Brett DerGarabedian is a senior biochemistry and molecular biology major from New Jersey. He is the executive chairperson for Hit the Bricks as well as the publicity lieutenant for Wake EMS and president of the Club Lacrosse team.
He joined the Old Gold & Black to discuss his inspiration for directing Hit the Bricks and the exciting activities that will take place at the event. For those who are unfamiliar with the event, Hit the Bricks is a fundraising event for the Brian Piccolo Cancer Research Fund where students, faculty and staff run around Hearn Plaza, raising money for cancer research with each lap they complete. This years event will “run” Thursday, Sept. 28, earlier than usual. At 11 a.m. the running will begin, while the event will close at 7 p.m. with the memorial lap and a recollection of those who have passed away from or are currently fighting cancer. Student and faculty speakers, including Tim Allman from the Office of the Chaplain, will also speak to conclude the event.
What special events and speakers can we look forward to at Hit the Bricks this year?
Like he does every year, President Hatch will speak again this year as well as Stan Cotton, the voice of the Demon Deacons. He will open up the event. Dr. Boris Pasche from the cancer center will also come from the Baptist Medical Center to speak. We also always have a fun, whacky lap as well as the “no-feet” lap and a Krispy-Kreme lap. A lot of student organizations and performance groups will also join the event, so we are looking forward to another fun year.
What has inspired you to dedicate your time to Hit the Bricks?
Cancer is one of those things that everyone has a personal experience with. For me, I have had friends who developed cancer at a young age and friends whose parents have fought cancer. It’s hard to imagine what life would be like without those people, and even harder to imagine what it would be like to lose a parent that young. The research that Hit the Bricks contributes to is so important to me because I don’t think that anyone should have to go through that. I hope that cancer research could find a cure for the disease so that we may alleviate that pain. That hope for a cure rallies so many people and brings them out to support Hit the Bricks.
What can we do to get involved with Hit the Bricks?
To get involved, you can volunteer to sell luminaries and raffle tickets the weeks before the event. This Monday we will start selling these things outside the Pit. You may also volunteer to assist with set-up and assisting runners the day of the event, passing out food and making sure that participants have everything they need. Of course, you can participate in the event, signing up for teams of up to 16 people in one of our six divisions. The cost is $20 per person and you can sign up online. You can pay with credit or debit card online or pay with cash or check by delivering your payment to the Pro Humanitate Institute. If you don’t have a team that you want to join, but would still like to participate, we’re expanding the “Wake Nation” team so that members of the community can sign up the day of the event and run. Maybe your student organization was a little late signing up, then you can come through and get placed on a team. It is sometimes hard to be an individual and get involved on campus, especially if you are a first-year student. I know that there are so many things going on around campus, so it’s easy to forget when to sign up. But we still want as many people to participate as possible.
What is your most memorable Hit the Bricks story?

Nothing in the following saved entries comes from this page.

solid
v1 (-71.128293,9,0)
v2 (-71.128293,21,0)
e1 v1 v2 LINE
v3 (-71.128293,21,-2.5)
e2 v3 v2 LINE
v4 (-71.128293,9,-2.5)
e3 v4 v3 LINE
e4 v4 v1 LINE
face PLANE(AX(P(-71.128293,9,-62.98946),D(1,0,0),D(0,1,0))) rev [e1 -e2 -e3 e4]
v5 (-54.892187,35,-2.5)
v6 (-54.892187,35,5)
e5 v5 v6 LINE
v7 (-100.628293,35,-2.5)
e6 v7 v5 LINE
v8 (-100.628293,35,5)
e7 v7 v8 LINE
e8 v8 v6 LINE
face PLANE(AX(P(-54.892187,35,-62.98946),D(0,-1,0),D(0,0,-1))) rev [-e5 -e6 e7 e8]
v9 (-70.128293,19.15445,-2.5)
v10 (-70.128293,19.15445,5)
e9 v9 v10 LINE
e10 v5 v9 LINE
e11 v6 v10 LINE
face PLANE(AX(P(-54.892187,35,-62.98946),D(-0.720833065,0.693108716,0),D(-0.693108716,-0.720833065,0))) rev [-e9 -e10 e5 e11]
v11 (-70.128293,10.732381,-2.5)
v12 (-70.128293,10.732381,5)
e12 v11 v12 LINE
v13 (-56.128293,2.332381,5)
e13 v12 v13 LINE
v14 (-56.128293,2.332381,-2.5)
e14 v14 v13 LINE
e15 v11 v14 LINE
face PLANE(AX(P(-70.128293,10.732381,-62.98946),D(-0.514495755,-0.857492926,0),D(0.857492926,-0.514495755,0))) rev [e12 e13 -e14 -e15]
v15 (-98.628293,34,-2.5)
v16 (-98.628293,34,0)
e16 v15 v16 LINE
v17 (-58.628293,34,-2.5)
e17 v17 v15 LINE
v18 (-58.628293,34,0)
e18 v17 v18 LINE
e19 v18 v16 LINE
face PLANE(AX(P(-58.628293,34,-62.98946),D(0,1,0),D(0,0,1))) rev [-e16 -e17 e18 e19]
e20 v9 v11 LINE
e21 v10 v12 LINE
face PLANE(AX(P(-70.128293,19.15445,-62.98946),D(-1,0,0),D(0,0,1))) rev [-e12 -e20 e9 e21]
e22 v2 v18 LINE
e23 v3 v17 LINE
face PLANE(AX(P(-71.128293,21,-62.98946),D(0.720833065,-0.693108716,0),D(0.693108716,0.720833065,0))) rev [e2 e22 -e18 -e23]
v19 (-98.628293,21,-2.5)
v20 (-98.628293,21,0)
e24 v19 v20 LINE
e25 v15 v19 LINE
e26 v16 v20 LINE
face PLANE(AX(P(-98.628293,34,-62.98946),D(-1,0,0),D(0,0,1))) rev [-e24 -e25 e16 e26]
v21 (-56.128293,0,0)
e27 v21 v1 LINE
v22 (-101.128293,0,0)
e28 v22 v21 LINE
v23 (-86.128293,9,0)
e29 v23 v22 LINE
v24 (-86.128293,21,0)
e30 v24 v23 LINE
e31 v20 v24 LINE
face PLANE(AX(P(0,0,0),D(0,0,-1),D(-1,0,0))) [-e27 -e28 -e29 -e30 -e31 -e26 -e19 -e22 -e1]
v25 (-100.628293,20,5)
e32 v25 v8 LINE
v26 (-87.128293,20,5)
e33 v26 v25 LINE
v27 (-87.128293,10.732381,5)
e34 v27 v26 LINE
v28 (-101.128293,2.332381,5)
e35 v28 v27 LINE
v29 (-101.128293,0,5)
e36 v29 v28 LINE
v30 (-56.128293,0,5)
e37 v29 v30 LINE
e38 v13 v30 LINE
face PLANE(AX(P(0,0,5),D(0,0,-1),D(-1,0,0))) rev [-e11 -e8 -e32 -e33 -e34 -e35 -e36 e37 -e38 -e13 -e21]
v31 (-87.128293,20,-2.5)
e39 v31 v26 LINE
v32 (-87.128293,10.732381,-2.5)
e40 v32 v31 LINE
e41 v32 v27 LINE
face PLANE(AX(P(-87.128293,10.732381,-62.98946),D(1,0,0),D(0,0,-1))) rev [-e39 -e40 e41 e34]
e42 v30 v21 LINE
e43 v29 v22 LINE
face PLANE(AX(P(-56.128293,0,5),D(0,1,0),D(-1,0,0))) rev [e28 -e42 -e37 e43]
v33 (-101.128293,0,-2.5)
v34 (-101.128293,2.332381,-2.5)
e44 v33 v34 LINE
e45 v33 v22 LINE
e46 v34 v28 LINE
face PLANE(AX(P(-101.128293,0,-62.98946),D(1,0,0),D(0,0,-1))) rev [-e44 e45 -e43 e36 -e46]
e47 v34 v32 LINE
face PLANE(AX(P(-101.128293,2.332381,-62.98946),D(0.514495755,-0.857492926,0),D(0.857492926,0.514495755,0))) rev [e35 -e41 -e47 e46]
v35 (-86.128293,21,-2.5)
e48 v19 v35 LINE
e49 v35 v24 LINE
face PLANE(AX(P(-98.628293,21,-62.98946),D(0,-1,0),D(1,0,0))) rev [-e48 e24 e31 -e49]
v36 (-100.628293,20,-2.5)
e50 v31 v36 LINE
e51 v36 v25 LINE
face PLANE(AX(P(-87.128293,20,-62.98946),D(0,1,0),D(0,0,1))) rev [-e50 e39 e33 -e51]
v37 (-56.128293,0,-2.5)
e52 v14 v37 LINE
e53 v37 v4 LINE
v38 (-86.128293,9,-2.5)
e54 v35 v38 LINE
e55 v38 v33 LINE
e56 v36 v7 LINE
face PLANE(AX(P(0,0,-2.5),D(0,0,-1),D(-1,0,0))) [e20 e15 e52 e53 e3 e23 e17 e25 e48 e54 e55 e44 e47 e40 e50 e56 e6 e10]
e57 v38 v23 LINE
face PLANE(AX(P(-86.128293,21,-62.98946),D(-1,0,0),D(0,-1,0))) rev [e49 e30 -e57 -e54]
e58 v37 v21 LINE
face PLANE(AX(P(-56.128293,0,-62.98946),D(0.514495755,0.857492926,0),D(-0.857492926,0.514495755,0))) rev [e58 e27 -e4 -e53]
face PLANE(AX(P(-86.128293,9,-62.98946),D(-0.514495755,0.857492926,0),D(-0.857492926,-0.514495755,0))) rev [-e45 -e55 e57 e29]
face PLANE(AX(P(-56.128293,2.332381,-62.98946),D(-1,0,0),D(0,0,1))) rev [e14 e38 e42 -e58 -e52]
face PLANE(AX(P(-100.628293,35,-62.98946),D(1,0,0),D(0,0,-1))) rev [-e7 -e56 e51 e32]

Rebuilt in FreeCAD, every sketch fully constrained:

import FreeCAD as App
import Part
import Sketcher
from FreeCAD import Vector

doc = App.newDocument("Part")
body = doc.addObject("PartDesign::Body", "Body")

# Sketch on XY plane
sketch1 = doc.addObject("Sketcher::SketchObject", "Sketch")
body.addObject(sketch1)
sketch1.AttachmentSupport = (doc.XY_Plane, [""])
sketch1.MapMode = "FlatFace"
sketch1.addGeometry([
    Part.LineSegment(Vector(-86, 9, 0), Vector(-101, 0, 0)),  # 0
    Part.LineSegment(Vector(-101, 0, 0), Vector(-56, 0, 0)),  # 1
    Part.LineSegment(Vector(-56, 0, 0), Vector(-71, 9, 0)),  # 2
    Part.LineSegment(Vector(-71, 9, 0), Vector(-71, 21, 0)),  # 3
    Part.LineSegment(Vector(-71, 21, 0), Vector(-59, 34, 0)),  # 4
    Part.LineSegment(Vector(-59, 34, 0), Vector(-99, 34, 0)),  # 5
    Part.LineSegment(Vector(-99, 34, 0), Vector(-99, 21, 0)),  # 6
    Part.LineSegment(Vector(-99, 21, 0), Vector(-86, 21, 0)),  # 7
    Part.LineSegment(Vector(-86, 21, 0), Vector(-86, 9, 0)),  # 8
], False)
sketch1.addConstraint([
    Sketcher.Constraint("Coincident", 0, 2, 1, 1),
    Sketcher.Constraint("Coincident", 1, 2, 2, 1),
    Sketcher.Constraint("Coincident", 2, 2, 3, 1),
    Sketcher.Constraint("Coincident", 3, 2, 4, 1),
    Sketcher.Constraint("Coincident", 4, 2, 5, 1),
    Sketcher.Constraint("Coincident", 5, 2, 6, 1),
    Sketcher.Constraint("Coincident", 6, 2, 7, 1),
    Sketcher.Constraint("Coincident", 7, 2, 8, 1),
    Sketcher.Constraint("Coincident", 8, 2, 0, 1),
    Sketcher.Constraint("Horizontal", 1),
    Sketcher.Constraint("Vertical", 3),
    Sketcher.Constraint("Horizontal", 5),
    Sketcher.Constraint("Vertical", 6),
    Sketcher.Constraint("Horizontal", 7),
    Sketcher.Constraint("Vertical", 8),
    Sketcher.Constraint("PointOnObject", 0, 2, -1),
    Sketcher.Constraint("Horizontal", 3, 2, 6, 2),
    Sketcher.Constraint("Horizontal", 2, 2, 8, 2),
    Sketcher.Constraint("Equal", 0, 2),
    Sketcher.Constraint("DistanceX", 1, 1, 1, 2, 45.0),
    Sketcher.Constraint("DistanceX", 5, 2, 5, 1, 40.0),
    Sketcher.Constraint("DistanceY", 3, 1, 3, 2, 12.0),
    Sketcher.Constraint("DistanceY", 6, 2, 6, 1, 13.0),
    Sketcher.Constraint("DistanceX", 7, 1, 7, 2, 12.5),
    Sketcher.Constraint("DistanceY", -1, 1, 2, 2, 9.0),
    Sketcher.Constraint("DistanceX", 2, 2, 1, 2, 15.0),
    Sketcher.Constraint("DistanceX", 0, 2, -1, 1, 101.128293),
])
pad1 = doc.addObject("PartDesign::Pad", "Pad")
body.addObject(pad1)
pad1.Profile = sketch1
pad1.Length = 5

# Sketch on XY plane
sketch2 = doc.addObject("Sketcher::SketchObject", "Sketch001")
body.addObject(sketch2)
sketch2.AttachmentSupport = (doc.XY_Plane, [""])
sketch2.MapMode = "FlatFace"
sketch2.AttachmentOffset = App.Placement(Vector(0, 0, 5), App.Rotation())
sketch2.addGeometry([
    Part.LineSegment(Vector(-54.9, 35, 0), Vector(-70.1, 19.2, 0)),  # 0
    Part.LineSegment(Vector(-70.1, 19.2, 0), Vector(-70.1, 10.7, 0)),  # 1
    Part.LineSegment(Vector(-70.1, 10.7, 0), Vector(-56.1, 2.3, 0)),  # 2
    Part.LineSegment(Vector(-56.1, 2.3, 0), Vector(-56.1, 0, 0)),  # 3
    Part.LineSegment(Vector(-56.1, 0, 0), Vector(-71.1, 9, 0)),  # 4
    Part.LineSegment(Vector(-71.1, 9, 0), Vector(-71.1, 21, 0)),  # 5
    Part.LineSegment(Vector(-71.1, 21, 0), Vector(-58.6, 34, 0)),  # 6
    Part.LineSegment(Vector(-58.6, 34, 0), Vector(-98.6, 34, 0)),  # 7
    Part.LineSegment(Vector(-98.6, 34, 0), Vector(-98.6, 21, 0)),  # 8
    Part.LineSegment(Vector(-98.6, 21, 0), Vector(-86.1, 21, 0)),  # 9
    Part.LineSegment(Vector(-86.1, 21, 0), Vector(-86.1, 9, 0)),  # 10
    Part.LineSegment(Vector(-86.1, 9, 0), Vector(-101.1, 0, 0)),  # 11
    Part.LineSegment(Vector(-101.1, 0, 0), Vector(-101.1, 2.3, 0)),  # 12
    Part.LineSegment(Vector(-101.1, 2.3, 0), Vector(-87.1, 10.7, 0)),  # 13
    Part.LineSegment(Vector(-87.1, 10.7, 0), Vector(-87.1, 20, 0)),  # 14
    Part.LineSegment(Vector(-87.1, 20, 0), Vector(-100.6, 20, 0)),  # 15
    Part.LineSegment(Vector(-100.6, 20, 0), Vector(-100.6, 35, 0)),  # 16
    Part.LineSegment(Vector(-100.6, 35, 0), Vector(-54.9, 35, 0)),  # 17
], False)
sketch2.addConstraint([
    Sketcher.Constraint("Coincident", 0, 2, 1, 1),
    Sketcher.Constraint("Coincident", 1, 2, 2, 1),
    Sketcher.Constraint("Coincident", 2, 2, 3, 1),
    Sketcher.Constraint("Coincident", 3, 2, 4, 1),
    Sketcher.Constraint("Coincident", 4, 2, 5, 1),
    Sketcher.Constraint("Coincident", 5, 2, 6, 1),
    Sketcher.Constraint("Coincident", 6, 2, 7, 1),
    Sketcher.Constraint("Coincident", 7, 2, 8, 1),
    Sketcher.Constraint("Coincident", 8, 2, 9, 1),
    Sketcher.Constraint("Coincident", 9, 2, 10, 1),
    Sketcher.Constraint("Coincident", 10, 2, 11, 1),
    Sketcher.Constraint("Coincident", 11, 2, 12, 1),
    Sketcher.Constraint("Coincident", 12, 2, 13, 1),
    Sketcher.Constraint("Coincident", 13, 2, 14, 1),
    Sketcher.Constraint("Coincident", 14, 2, 15, 1),
    Sketcher.Constraint("Coincident", 15, 2, 16, 1),
    Sketcher.Constraint("Coincident", 16, 2, 17, 1),
    Sketcher.Constraint("Coincident", 17, 2, 0, 1),
    Sketcher.Constraint("Vertical", 1),
    Sketcher.Constraint("Vertical", 3),
    Sketcher.Constraint("Vertical", 5),
    Sketcher.Constraint("Horizontal", 7),
    Sketcher.Constraint("Vertical", 8),
    Sketcher.Constraint("Horizontal", 9),
    Sketcher.Constraint("Vertical", 10),
    Sketcher.Constraint("Vertical", 12),
    Sketcher.Constraint("Vertical", 14),
    Sketcher.Constraint("Horizontal", 15),
    Sketcher.Constraint("Vertical", 16),
    Sketcher.Constraint("Horizontal", 17),
    Sketcher.Constraint("PointOnObject", 3, 2, -1),
    Sketcher.Constraint("PointOnObject", 11, 2, -1),
    Sketcher.Constraint("Parallel", 2, 4),
    Sketcher.Constraint("Parallel", 0, 6),
    Sketcher.Constraint("Parallel", 11, 13),
    Sketcher.Constraint("Horizontal", 5, 2, 8, 2),
    Sketcher.Constraint("Horizontal", 4, 2, 10, 2),
    Sketcher.Constraint("Horizontal", 2, 2, 12, 2),
    Sketcher.Constraint("Horizontal", 1, 2, 13, 2),
    Sketcher.Constraint("Equal", 4, 11),
    Sketcher.Constraint("DistanceX", 7, 2, 7, 1, 40.0),
    Sketcher.Constraint("DistanceY", 5, 1, 5, 2, 12.0),
    Sketcher.Constraint("DistanceY", 8, 2, 8, 1, 13.0),
    Sketcher.Constraint("DistanceY", 16, 1, 16, 2, 15.0),
    Sketcher.Constraint("DistanceX", 9, 1, 9, 2, 12.5),
    Sketcher.Constraint("DistanceX", 15, 2, 15, 1, 13.5),
    Sketcher.Constraint("DistanceY", -1, 1, 4, 2, 9.0),
    Sketcher.Constraint("DistanceY", -1, 1, 14, 2, 20.0),
    Sketcher.Constraint("DistanceX", 1, 2, 2, 2, 14.0),
    Sketcher.Constraint("DistanceX", 4, 2, 1, 2, 1.0),
    Sketcher.Constraint("DistanceX", 9, 2, 5, 2, 15.0),
    Sketcher.Constraint("DistanceY", 1, 2, 1, 1, 8.422069),
    Sketcher.Constraint("DistanceY", 3, 2, 3, 1, 2.332381),
    Sketcher.Constraint("DistanceX", 0, 2, -1, 1, 70.128293),
])
pad2 = doc.addObject("PartDesign::Pad", "Pad001")
body.addObject(pad2)
pad2.Profile = sketch2
pad2.Length = 7.5
pad2.Reversed = True

doc.recompute()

It was my freshman year when I first volunteered for Hit the Bricks. I remember sitting in Wait Chapel for the Spirit of Wake Forest presentation, listening to the student speakers talk about what Hit the Bricks does. I immediately had an affinity for helping for the event so I go involved selling tickets before the event. But the coolest moment was walking up to Hearn Plaza at the beginning of the event, seeing the explosion of excitement of the runners.
I had never seen the whole university come together until that point, and it was the first time that I felt like a part of the Wake Forest experience. Even after being on campus for a few months, going to class and meeting new people, Hit the Bricks was the first time I felt like I belonged at Wake Forest. I really hope that freshman will feel like that this year.